*** Begin section ***

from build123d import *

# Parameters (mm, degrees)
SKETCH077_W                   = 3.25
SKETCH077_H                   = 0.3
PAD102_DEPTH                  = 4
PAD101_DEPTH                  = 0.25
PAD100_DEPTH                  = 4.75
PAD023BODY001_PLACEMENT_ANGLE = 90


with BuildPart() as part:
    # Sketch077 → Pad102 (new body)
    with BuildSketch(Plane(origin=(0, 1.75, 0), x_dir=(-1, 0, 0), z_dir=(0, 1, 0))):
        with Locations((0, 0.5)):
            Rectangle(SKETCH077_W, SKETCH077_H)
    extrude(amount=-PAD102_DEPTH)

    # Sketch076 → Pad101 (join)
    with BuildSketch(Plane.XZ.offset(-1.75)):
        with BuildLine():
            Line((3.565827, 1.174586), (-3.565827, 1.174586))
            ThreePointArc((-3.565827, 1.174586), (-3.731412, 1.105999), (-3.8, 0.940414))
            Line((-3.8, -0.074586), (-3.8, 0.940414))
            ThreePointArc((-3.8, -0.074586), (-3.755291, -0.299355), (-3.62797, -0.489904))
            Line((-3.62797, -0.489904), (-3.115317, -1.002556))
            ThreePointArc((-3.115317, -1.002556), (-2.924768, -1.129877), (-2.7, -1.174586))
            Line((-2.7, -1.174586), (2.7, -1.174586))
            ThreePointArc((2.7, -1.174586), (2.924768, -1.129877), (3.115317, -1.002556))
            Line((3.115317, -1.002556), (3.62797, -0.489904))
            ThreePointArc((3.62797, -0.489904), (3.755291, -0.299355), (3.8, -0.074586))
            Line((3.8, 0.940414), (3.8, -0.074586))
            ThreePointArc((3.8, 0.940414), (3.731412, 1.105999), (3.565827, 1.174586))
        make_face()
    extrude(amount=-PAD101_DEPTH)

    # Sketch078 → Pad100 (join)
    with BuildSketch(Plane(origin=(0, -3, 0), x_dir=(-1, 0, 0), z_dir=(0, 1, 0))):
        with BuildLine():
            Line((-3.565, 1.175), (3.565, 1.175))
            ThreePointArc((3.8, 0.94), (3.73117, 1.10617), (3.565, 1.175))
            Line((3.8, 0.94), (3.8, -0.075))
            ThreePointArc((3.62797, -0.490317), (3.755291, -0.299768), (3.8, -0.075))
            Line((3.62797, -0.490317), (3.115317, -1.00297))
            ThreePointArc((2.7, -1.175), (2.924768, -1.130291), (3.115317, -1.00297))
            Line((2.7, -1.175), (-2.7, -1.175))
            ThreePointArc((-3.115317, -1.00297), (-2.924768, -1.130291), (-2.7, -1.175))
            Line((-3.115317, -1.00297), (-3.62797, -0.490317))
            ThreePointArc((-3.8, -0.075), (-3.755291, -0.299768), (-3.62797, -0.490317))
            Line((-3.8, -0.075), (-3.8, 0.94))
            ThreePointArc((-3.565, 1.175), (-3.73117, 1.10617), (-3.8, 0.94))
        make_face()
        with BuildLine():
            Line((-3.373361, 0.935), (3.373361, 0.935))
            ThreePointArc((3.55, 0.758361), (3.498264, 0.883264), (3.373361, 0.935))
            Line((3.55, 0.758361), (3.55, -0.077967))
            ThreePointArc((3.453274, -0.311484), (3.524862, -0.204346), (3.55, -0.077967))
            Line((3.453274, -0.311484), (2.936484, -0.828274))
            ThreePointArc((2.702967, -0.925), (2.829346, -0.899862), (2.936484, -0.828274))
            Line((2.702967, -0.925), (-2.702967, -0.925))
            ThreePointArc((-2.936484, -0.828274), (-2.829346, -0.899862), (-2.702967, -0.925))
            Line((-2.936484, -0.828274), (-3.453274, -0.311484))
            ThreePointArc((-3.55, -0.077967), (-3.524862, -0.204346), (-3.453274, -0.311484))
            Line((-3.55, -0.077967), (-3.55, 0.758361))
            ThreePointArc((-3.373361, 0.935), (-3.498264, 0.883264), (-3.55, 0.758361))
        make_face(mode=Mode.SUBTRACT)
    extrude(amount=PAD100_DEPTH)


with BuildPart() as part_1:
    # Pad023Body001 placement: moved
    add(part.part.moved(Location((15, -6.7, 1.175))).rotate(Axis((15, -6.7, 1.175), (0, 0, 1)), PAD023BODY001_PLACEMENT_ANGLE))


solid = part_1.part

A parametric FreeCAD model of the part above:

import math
import FreeCAD as App
import Part
import Sketcher
from FreeCAD import Vector
Q = App.Units.Quantity


def add_polygon(sketch, points):
    """Adds a closed chain of lines whose ends are joined by coincident constraints."""
    first, n = sketch.GeometryCount, len(points)
    for a, b in zip(points, points[1:] + points[:1]):
        sketch.addGeometry(Part.LineSegment(App.Vector(*a, 0), App.Vector(*b, 0)), False)
    for i in range(n):
        sketch.addConstraint(Sketcher.Constraint("Coincident", first + i, 2, first + (i + 1) % n, 1))

doc = App.newDocument("Part")
params = doc.addObject("Spreadsheet::Sheet", "Params")
for row, (alias, value) in enumerate([
    ("sketch1_height", "0.3 mm"),
    ("sketch1_width", "3.25 mm"),
    ("pad1_length", "4 mm"),
    ("sketch2_width", "5.4 mm"),
    ("pad2_length", "0.25 mm"),
    ("sketch3_width", "5.4 mm"),
    ("sketch3_width2", "7.13 mm"),
    ("pad3_length", "4.75 mm"),
], start=1):
    params.set(f"A{row}", alias)
    params.set(f"B{row}", "=" + value)
    params.setAlias(f"B{row}", alias)

body = doc.addObject("PartDesign::Body", "Body")

sketch1 = doc.addObject("Sketcher::SketchObject", "Sketch")
body.addObject(sketch1)
sketch1.AttachmentSupport = (doc.XZ_Plane, [""])
sketch1.MapMode = "FlatFace"
sketch1.AttachmentOffset = App.Placement(Vector(0, 0, -1.75), App.Rotation())
add_polygon(sketch1, [(1.62, 0.65), (1.62, 0.35), (-1.62, 0.35), (-1.62, 0.65)])
sketch1.addConstraint([
    Sketcher.Constraint("Vertical", 0),
    Sketcher.Constraint("Horizontal", 1),
    Sketcher.Constraint("Vertical", 2),
    Sketcher.Constraint("Horizontal", 3),
    Sketcher.Constraint("DistanceY", 0, 2, 0, 1, Q("0.3 mm")),
    Sketcher.Constraint("DistanceX", 1, 2, 1, 1, Q("3.25 mm")),
    Sketcher.Constraint("DistanceY", -1, 1, 0, 2, Q("0.35 mm")),
    Sketcher.Constraint("DistanceX", -1, 1, 0, 2, Q("1.625 mm")),
])
sketch1.setExpression("Constraints[8]", "Params.sketch1_height")
sketch1.setExpression("Constraints[9]", "Params.sketch1_width")
pad1 = doc.addObject("PartDesign::Pad", "Pad")
body.addObject(pad1)
pad1.Profile = sketch1
pad1.setExpression("Length", "Params.pad1_length")

sketch2 = doc.addObject("Sketcher::SketchObject", "Sketch001")
body.addObject(sketch2)
sketch2.AttachmentSupport = (doc.XZ_Plane, [""])
sketch2.MapMode = "FlatFace"
sketch2.AttachmentOffset = App.Placement(Vector(0, 0, -1.75), App.Rotation())
sketch2.addGeometry([
    Part.LineSegment(Vector(3.57, 1.17, 0), Vector(-3.57, 1.17, 0)),
    Part.ArcOfCircle(Part.Circle(Vector(-3.57, 0.94, 0), Vector(0, 0, 1), 0.23), math.radians(90), math.radians(180)),
    Part.LineSegment(Vector(-3.8, 0.94, 0), Vector(-3.8, -0.07, 0)),
    Part.ArcOfCircle(Part.Circle(Vector(-3.21, -0.07, 0), Vector(0, 0, 1), 0.59), math.radians(180), math.radians(225)),
    Part.LineSegment(Vector(-3.63, -0.49, 0), Vector(-3.12, -1, 0)),
    Part.ArcOfCircle(Part.Circle(Vector(-2.7, -0.59, 0), Vector(0, 0, 1), 0.59), math.radians(-135), math.radians(-90)),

*** End section ***

How many lines of the listing above contain the string "extrude"? Answer with the number alone.

3